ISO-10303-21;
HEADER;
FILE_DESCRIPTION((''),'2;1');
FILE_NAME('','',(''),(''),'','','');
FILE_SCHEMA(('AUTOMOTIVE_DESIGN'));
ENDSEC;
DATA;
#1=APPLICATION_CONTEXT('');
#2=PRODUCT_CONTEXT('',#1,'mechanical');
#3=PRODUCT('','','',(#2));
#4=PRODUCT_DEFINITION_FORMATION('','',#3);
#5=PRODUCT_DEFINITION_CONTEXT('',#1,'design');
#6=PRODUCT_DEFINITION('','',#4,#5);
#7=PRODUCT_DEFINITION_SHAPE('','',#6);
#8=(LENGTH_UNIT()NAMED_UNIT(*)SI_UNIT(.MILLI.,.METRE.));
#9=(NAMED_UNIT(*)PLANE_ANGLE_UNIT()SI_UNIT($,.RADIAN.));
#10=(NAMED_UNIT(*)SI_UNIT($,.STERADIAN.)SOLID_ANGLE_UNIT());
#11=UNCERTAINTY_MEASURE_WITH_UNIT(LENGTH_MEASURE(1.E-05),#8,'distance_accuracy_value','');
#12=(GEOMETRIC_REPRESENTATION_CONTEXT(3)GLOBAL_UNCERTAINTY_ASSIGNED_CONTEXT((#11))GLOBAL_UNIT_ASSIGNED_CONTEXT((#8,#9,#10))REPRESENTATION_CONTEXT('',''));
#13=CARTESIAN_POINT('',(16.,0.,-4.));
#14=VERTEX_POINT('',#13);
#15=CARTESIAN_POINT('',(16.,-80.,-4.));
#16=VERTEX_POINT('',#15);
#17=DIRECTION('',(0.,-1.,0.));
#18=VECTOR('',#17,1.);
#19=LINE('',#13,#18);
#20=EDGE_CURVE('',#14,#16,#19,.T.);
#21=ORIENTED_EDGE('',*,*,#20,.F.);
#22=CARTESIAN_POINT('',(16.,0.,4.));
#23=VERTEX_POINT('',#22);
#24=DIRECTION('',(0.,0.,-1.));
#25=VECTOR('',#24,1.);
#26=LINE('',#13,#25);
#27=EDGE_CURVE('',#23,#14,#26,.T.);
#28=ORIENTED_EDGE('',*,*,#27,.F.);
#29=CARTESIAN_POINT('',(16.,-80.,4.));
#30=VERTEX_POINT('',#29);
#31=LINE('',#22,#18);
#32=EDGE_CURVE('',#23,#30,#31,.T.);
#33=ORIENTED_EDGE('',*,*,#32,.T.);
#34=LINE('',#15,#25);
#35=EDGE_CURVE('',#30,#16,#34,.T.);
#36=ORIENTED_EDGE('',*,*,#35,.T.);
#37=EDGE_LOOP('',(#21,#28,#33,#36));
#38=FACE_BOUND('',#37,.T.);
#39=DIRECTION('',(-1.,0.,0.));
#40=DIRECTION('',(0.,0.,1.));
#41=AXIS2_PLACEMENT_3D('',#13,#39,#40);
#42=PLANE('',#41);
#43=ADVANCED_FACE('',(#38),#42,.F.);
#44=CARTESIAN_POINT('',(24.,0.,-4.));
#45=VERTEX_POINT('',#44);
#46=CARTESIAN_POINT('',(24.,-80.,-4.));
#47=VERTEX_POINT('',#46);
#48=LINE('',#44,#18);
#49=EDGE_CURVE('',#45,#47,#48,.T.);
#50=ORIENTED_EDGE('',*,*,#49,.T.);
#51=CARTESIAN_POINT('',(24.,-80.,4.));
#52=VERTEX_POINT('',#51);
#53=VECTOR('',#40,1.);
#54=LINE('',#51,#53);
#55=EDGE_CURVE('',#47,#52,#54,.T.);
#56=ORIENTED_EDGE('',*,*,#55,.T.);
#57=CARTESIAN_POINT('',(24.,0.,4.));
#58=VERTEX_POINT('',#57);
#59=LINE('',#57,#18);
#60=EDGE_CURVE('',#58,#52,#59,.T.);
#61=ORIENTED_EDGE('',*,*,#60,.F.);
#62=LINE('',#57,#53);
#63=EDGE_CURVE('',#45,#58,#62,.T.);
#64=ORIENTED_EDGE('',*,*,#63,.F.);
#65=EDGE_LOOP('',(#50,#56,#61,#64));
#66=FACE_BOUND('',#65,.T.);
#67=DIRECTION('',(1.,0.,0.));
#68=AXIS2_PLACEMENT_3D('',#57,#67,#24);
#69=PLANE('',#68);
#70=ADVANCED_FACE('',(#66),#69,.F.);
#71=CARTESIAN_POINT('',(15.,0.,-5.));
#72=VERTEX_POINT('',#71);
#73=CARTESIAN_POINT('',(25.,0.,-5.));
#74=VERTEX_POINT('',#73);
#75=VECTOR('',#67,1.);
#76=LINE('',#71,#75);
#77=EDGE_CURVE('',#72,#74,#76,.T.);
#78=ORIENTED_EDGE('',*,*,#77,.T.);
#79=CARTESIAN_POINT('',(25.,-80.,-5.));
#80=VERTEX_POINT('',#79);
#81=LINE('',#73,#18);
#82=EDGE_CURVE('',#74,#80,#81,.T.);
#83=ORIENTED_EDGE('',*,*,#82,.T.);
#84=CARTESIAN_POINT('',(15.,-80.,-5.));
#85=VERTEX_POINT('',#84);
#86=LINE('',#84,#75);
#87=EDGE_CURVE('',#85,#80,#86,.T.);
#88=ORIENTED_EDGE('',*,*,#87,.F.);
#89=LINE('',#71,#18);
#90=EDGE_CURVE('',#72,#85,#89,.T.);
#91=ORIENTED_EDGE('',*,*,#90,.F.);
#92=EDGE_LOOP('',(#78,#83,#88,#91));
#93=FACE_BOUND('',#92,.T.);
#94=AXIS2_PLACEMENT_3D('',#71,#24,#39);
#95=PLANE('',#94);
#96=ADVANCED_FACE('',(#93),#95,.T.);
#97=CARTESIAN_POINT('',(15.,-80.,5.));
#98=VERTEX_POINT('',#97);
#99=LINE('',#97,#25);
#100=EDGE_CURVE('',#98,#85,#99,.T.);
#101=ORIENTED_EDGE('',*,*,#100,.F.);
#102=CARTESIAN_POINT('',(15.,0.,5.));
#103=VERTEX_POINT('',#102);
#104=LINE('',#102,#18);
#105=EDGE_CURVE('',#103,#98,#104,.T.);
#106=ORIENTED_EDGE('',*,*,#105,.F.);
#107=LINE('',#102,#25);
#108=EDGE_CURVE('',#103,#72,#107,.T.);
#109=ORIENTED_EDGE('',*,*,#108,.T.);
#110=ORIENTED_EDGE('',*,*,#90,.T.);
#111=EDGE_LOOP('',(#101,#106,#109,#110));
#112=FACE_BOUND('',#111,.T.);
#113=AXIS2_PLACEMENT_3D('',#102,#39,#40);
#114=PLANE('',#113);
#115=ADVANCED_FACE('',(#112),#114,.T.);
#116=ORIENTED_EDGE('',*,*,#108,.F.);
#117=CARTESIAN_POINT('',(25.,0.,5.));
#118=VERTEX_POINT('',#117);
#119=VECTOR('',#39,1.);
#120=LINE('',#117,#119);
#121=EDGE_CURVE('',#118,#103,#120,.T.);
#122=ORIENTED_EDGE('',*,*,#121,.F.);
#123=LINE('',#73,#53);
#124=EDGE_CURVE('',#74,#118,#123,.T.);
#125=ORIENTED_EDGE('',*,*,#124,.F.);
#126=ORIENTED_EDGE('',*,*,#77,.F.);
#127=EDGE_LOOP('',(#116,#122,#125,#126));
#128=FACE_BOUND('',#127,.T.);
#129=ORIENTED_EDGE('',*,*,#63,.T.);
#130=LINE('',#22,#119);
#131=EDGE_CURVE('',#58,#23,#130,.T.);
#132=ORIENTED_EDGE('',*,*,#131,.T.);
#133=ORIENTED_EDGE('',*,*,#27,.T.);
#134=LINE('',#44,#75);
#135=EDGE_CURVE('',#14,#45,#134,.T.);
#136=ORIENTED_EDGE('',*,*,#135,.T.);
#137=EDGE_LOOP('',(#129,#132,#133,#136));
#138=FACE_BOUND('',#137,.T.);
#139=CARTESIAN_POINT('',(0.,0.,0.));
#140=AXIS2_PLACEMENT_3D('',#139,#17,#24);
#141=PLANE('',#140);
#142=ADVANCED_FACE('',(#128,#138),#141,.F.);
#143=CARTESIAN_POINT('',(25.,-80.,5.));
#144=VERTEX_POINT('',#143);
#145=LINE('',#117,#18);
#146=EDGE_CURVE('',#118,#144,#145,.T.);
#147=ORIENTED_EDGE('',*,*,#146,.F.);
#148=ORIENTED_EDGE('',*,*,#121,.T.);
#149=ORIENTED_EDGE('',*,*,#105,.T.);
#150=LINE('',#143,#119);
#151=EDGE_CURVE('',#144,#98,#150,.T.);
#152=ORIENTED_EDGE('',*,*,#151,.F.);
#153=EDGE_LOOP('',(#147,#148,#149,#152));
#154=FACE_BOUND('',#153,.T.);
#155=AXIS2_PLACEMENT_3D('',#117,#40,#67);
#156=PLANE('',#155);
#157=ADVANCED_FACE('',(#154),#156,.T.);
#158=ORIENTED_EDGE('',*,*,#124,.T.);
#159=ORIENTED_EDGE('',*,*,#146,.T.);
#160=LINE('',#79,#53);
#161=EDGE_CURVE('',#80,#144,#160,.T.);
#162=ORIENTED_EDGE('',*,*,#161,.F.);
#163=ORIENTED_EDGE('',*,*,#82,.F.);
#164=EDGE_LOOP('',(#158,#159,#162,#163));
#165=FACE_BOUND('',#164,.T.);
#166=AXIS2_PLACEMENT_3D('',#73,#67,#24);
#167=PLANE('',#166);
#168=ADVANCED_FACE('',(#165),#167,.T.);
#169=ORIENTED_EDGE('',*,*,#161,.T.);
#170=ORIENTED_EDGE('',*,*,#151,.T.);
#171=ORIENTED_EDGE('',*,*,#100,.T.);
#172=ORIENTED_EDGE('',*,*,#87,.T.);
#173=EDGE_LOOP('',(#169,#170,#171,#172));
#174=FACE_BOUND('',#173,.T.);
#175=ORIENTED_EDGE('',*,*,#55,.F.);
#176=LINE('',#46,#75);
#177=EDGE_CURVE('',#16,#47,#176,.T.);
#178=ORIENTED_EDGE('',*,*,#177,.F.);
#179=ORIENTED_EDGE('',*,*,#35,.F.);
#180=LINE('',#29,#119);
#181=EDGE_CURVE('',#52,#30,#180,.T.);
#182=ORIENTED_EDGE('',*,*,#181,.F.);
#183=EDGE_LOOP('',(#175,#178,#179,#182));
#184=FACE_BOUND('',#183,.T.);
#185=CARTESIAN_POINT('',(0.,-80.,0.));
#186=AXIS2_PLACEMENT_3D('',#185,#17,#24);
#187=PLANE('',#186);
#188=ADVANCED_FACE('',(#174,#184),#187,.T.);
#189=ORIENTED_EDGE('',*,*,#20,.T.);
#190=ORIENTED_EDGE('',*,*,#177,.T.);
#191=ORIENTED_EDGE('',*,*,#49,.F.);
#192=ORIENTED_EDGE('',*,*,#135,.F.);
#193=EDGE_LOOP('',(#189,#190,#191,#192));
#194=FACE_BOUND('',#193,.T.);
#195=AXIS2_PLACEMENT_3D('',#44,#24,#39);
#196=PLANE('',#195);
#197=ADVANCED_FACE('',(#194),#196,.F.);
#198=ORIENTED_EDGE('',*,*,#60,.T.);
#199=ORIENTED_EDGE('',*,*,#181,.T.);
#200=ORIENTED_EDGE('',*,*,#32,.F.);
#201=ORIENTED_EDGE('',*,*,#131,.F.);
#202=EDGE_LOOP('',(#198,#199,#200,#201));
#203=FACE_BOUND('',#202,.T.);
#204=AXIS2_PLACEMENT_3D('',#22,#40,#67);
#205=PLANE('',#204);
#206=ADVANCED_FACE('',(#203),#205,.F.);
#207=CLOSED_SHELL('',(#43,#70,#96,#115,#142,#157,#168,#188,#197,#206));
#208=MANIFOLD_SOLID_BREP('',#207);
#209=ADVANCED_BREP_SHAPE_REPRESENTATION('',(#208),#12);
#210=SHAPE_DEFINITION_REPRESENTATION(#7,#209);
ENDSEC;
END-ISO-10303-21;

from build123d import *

# Parameters (mm, degrees)
SKETCH_1_W      = 10
SKETCH_1_H      = 10
SKETCH_1_W_2    = 8
SKETCH_1_H_2    = 8
EXTRUDE_1_DEPTH = 80


with BuildPart() as part:
    # 草图1 → 凸台-拉伸1 (new body)
    with BuildSketch(Plane.XZ.offset(80)):
        with Locations((20, 0)):
            Rectangle(SKETCH_1_W, SKETCH_1_H)
        with Locations((20, 0)):
            Rectangle(SKETCH_1_W_2, SKETCH_1_H_2, mode=Mode.SUBTRACT)
    extrude(amount=-EXTRUDE_1_DEPTH)


solid = part.part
********************
## Task prompt
Taking the lines above, repeat exactly those from the line that contains "#109=ORIENTED_EDGE('',*,*,#108,.T.);" through the line that contains "#152=ORIENTED_EDGE('',*,*,#151,.F.);", and both of those lines as well. Include nothing else.

## Exercise answer
#109=ORIENTED_EDGE('',*,*,#108,.T.);
#110=ORIENTED_EDGE('',*,*,#90,.T.);
#111=EDGE_LOOP('',(#101,#106,#109,#110));
#112=FACE_BOUND('',#111,.T.);
#113=AXIS2_PLACEMENT_3D('',#102,#39,#40);
#114=PLANE('',#113);
#115=ADVANCED_FACE('',(#112),#114,.T.);
#116=ORIENTED_EDGE('',*,*,#108,.F.);
#117=CARTESIAN_POINT('',(25.,0.,5.));
#118=VERTEX_POINT('',#117);
#119=VECTOR('',#39,1.);
#120=LINE('',#117,#119);
#121=EDGE_CURVE('',#118,#103,#120,.T.);
#122=ORIENTED_EDGE('',*,*,#121,.F.);
#123=LINE('',#73,#53);
#124=EDGE_CURVE('',#74,#118,#123,.T.);
#125=ORIENTED_EDGE('',*,*,#124,.F.);
#126=ORIENTED_EDGE('',*,*,#77,.F.);
#127=EDGE_LOOP('',(#116,#122,#125,#126));
#128=FACE_BOUND('',#127,.T.);
#129=ORIENTED_EDGE('',*,*,#63,.T.);
#130=LINE('',#22,#119);
#131=EDGE_CURVE('',#58,#23,#130,.T.);
#132=ORIENTED_EDGE('',*,*,#131,.T.);
#133=ORIENTED_EDGE('',*,*,#27,.T.);
#134=LINE('',#44,#75);
#135=EDGE_CURVE('',#14,#45,#134,.T.);
#136=ORIENTED_EDGE('',*,*,#135,.T.);
#137=EDGE_LOOP('',(#129,#132,#133,#136));
#138=FACE_BOUND('',#137,.T.);
#139=CARTESIAN_POINT('',(0.,0.,0.));
#140=AXIS2_PLACEMENT_3D('',#139,#17,#24);
#141=PLANE('',#140);
#142=ADVANCED_FACE('',(#128,#138),#141,.F.);
#143=CARTESIAN_POINT('',(25.,-80.,5.));
#144=VERTEX_POINT('',#143);
#145=LINE('',#117,#18);
#146=EDGE_CURVE('',#118,#144,#145,.T.);
#147=ORIENTED_EDGE('',*,*,#146,.F.);
#148=ORIENTED_EDGE('',*,*,#121,.T.);
#149=ORIENTED_EDGE('',*,*,#105,.T.);
#150=LINE('',#143,#119);
#151=EDGE_CURVE('',#144,#98,#150,.T.);
#152=ORIENTED_EDGE('',*,*,#151,.F.);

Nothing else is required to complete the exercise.